[Stored items]
################

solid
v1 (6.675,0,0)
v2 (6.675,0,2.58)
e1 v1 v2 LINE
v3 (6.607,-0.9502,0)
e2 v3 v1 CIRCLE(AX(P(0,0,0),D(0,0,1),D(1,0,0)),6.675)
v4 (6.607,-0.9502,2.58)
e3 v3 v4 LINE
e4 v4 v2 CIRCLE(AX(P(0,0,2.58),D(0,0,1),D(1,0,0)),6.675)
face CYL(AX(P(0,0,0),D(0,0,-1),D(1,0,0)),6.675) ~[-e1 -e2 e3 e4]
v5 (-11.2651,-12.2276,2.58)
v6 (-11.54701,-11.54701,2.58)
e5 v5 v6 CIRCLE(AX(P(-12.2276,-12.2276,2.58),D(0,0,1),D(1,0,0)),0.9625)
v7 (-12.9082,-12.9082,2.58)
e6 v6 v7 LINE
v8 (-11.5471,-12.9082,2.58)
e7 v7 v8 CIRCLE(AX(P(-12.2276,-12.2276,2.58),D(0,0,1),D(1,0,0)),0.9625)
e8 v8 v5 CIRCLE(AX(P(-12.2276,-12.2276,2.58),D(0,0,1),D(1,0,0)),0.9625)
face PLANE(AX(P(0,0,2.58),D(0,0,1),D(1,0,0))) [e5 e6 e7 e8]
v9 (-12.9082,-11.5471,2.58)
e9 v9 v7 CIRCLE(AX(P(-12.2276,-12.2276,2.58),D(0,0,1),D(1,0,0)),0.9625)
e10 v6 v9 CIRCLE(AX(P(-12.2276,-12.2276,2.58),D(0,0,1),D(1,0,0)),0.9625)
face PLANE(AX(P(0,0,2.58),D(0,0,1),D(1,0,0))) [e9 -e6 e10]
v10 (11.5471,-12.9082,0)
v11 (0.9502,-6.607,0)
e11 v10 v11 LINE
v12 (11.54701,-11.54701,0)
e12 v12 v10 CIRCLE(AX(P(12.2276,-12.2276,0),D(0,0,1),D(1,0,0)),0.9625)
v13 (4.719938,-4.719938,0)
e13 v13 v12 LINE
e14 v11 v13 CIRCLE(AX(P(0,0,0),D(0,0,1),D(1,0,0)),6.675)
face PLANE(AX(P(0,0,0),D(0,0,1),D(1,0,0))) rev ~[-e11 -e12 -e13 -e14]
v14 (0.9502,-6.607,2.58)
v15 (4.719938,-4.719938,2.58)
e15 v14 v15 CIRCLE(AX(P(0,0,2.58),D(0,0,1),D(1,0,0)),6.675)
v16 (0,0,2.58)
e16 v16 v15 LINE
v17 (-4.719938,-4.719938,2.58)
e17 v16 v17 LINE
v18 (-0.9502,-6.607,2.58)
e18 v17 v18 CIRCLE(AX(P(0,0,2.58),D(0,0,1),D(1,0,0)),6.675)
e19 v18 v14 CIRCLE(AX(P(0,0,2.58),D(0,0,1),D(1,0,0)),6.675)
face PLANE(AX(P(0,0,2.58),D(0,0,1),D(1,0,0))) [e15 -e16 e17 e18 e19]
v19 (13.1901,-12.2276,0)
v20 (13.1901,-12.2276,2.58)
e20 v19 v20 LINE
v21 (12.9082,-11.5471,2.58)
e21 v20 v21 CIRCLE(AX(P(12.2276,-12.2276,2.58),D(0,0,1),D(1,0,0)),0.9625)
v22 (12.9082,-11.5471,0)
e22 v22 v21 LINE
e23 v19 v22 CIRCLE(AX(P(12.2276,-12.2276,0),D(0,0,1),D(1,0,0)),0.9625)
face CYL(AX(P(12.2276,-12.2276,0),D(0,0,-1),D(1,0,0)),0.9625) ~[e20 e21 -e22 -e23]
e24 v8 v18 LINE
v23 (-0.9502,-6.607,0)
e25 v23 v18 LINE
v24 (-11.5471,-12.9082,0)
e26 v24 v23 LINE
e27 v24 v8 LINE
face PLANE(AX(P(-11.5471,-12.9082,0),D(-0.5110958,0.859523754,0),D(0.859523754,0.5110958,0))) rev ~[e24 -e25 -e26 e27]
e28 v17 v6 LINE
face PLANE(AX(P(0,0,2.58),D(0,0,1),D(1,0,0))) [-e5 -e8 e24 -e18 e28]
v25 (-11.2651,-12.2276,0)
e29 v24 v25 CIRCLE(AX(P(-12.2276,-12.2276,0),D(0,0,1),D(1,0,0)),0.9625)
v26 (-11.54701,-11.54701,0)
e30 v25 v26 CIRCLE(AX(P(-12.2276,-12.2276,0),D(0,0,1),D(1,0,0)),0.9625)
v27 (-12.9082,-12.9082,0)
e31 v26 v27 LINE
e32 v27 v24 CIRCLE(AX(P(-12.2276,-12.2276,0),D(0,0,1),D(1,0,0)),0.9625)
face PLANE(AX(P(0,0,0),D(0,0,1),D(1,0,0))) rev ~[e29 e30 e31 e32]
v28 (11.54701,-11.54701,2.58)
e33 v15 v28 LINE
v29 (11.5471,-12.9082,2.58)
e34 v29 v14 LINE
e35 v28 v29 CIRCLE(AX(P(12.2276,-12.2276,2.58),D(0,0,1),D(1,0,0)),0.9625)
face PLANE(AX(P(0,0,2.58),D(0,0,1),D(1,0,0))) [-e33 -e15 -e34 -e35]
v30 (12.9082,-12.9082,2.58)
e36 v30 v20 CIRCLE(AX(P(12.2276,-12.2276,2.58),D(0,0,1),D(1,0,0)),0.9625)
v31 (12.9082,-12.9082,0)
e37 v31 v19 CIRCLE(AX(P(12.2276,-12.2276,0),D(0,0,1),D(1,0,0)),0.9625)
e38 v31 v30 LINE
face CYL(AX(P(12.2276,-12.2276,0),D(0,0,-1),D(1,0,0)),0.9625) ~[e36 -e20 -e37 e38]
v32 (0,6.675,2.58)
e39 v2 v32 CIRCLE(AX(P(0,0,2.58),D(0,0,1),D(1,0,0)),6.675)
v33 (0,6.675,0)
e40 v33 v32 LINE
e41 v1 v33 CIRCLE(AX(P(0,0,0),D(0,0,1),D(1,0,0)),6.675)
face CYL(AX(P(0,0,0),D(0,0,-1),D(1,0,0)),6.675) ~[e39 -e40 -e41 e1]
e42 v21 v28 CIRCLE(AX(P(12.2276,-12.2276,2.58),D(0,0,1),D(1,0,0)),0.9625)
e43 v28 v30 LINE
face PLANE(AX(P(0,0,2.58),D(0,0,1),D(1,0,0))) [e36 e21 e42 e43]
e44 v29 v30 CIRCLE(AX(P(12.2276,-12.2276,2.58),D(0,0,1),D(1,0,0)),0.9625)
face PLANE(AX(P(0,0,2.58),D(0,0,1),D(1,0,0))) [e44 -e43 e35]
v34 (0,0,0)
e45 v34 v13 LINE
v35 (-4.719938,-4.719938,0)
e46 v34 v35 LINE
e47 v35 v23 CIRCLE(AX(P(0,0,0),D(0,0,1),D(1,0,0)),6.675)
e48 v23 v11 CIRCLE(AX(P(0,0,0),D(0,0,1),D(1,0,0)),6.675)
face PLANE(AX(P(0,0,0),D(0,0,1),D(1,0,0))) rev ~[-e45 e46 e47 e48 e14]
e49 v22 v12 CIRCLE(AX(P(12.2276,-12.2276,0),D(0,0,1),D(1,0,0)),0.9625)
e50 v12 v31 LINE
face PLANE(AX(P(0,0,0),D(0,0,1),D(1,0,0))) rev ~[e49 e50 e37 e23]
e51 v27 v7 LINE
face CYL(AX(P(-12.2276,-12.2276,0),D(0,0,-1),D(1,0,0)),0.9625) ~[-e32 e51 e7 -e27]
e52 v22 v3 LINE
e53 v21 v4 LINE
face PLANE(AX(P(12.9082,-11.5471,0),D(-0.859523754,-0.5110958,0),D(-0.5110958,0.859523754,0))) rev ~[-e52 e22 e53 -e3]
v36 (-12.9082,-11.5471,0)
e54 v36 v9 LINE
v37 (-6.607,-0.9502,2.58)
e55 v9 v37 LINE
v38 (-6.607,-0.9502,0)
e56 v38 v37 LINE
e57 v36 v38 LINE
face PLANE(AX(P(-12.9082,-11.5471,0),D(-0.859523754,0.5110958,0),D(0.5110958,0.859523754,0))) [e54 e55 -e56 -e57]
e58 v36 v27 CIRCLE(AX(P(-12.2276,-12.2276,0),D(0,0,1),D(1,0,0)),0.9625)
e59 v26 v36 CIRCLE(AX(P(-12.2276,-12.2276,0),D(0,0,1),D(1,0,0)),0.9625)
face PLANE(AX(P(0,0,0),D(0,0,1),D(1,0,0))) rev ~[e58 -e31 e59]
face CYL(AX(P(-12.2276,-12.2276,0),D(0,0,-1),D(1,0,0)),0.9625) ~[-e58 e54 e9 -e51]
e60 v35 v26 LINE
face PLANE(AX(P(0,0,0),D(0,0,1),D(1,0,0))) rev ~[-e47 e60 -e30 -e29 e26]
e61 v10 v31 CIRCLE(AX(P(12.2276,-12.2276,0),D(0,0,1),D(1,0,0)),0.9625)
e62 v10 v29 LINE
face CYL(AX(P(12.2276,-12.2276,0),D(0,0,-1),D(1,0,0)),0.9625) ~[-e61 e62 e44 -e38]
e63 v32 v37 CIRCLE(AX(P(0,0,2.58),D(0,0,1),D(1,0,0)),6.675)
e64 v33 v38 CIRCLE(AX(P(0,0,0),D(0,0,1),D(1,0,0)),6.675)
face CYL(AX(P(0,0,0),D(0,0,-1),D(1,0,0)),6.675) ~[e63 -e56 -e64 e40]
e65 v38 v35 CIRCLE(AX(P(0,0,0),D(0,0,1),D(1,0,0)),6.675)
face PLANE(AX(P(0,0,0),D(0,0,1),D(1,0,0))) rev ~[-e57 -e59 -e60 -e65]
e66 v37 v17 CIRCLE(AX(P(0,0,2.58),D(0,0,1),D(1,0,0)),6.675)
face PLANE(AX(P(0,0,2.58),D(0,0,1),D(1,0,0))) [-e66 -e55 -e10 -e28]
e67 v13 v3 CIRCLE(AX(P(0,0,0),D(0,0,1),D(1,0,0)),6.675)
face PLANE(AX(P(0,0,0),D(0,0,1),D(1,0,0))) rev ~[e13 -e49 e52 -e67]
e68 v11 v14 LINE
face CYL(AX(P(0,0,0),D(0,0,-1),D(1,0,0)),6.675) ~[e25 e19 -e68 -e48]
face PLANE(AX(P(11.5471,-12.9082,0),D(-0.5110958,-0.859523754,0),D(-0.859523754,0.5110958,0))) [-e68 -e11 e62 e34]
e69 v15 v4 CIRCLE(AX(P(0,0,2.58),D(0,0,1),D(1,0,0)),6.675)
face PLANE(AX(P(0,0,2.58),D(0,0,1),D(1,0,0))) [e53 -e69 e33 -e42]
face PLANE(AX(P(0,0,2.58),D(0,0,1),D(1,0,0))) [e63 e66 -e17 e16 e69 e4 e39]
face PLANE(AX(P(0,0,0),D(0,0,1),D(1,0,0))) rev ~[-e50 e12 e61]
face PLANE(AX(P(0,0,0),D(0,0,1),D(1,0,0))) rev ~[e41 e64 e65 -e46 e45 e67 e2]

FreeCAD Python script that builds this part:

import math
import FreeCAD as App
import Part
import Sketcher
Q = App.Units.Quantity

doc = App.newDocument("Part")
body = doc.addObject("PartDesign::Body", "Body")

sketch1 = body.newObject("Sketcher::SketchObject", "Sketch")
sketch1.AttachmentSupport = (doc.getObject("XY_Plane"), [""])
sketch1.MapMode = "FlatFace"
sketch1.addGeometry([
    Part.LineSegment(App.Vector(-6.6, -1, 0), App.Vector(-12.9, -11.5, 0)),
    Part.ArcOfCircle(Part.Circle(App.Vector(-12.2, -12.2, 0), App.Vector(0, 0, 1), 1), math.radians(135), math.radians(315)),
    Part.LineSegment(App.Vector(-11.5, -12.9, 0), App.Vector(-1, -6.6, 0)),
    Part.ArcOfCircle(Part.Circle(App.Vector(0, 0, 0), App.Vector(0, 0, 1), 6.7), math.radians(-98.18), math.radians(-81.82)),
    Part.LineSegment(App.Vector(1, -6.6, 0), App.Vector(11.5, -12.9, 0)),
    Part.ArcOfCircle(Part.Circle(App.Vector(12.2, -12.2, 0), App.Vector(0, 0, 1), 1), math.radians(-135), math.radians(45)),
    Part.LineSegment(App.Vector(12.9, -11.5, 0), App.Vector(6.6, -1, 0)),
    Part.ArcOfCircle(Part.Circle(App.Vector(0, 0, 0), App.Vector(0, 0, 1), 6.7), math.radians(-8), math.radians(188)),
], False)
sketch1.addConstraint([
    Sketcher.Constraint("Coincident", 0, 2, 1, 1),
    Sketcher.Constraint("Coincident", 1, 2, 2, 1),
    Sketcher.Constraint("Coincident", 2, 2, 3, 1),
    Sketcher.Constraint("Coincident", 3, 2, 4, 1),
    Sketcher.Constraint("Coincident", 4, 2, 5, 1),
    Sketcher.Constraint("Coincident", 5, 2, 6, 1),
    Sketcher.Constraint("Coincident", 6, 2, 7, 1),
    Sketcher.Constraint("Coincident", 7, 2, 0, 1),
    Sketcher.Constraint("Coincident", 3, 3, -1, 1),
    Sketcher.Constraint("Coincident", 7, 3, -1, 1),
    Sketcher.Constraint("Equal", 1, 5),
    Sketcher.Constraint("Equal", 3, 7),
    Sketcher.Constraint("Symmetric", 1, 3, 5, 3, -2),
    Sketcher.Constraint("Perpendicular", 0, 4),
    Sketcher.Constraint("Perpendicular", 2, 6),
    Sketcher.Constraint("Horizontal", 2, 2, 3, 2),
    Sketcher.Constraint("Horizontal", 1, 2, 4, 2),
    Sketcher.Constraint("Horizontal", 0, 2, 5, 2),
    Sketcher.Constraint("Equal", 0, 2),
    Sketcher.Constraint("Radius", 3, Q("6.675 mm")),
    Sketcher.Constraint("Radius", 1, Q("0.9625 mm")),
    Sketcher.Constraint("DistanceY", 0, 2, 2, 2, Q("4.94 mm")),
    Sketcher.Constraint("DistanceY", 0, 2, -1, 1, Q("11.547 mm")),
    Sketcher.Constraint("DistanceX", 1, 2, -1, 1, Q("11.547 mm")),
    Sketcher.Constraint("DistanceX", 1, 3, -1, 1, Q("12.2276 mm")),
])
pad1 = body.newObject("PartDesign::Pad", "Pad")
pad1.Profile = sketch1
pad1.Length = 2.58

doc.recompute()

################

**Problem to solve:**
Both the first line of the records above and the line containing "face PLANE(AX(P(0,0,2.58),D(0,0,1),D(1,0,0))) [e9" are to be transcribed exactly, together with every line between them, and nothing else.

**Task answer:**
solid
v1 (6.675,0,0)
v2 (6.675,0,2.58)
e1 v1 v2 LINE
v3 (6.607,-0.9502,0)
e2 v3 v1 CIRCLE(AX(P(0,0,0),D(0,0,1),D(1,0,0)),6.675)
v4 (6.607,-0.9502,2.58)
e3 v3 v4 LINE
e4 v4 v2 CIRCLE(AX(P(0,0,2.58),D(0,0,1),D(1,0,0)),6.675)
face CYL(AX(P(0,0,0),D(0,0,-1),D(1,0,0)),6.675) ~[-e1 -e2 e3 e4]
v5 (-11.2651,-12.2276,2.58)
v6 (-11.54701,-11.54701,2.58)
e5 v5 v6 CIRCLE(AX(P(-12.2276,-12.2276,2.58),D(0,0,1),D(1,0,0)),0.9625)
v7 (-12.9082,-12.9082,2.58)
e6 v6 v7 LINE
v8 (-11.5471,-12.9082,2.58)
e7 v7 v8 CIRCLE(AX(P(-12.2276,-12.2276,2.58),D(0,0,1),D(1,0,0)),0.9625)
e8 v8 v5 CIRCLE(AX(P(-12.2276,-12.2276,2.58),D(0,0,1),D(1,0,0)),0.9625)
face PLANE(AX(P(0,0,2.58),D(0,0,1),D(1,0,0))) [e5 e6 e7 e8]
v9 (-12.9082,-11.5471,2.58)
e9 v9 v7 CIRCLE(AX(P(-12.2276,-12.2276,2.58),D(0,0,1),D(1,0,0)),0.9625)
e10 v6 v9 CIRCLE(AX(P(-12.2276,-12.2276,2.58),D(0,0,1),D(1,0,0)),0.9625)
face PLANE(AX(P(0,0,2.58),D(0,0,1),D(1,0,0))) [e9 -e6 e10]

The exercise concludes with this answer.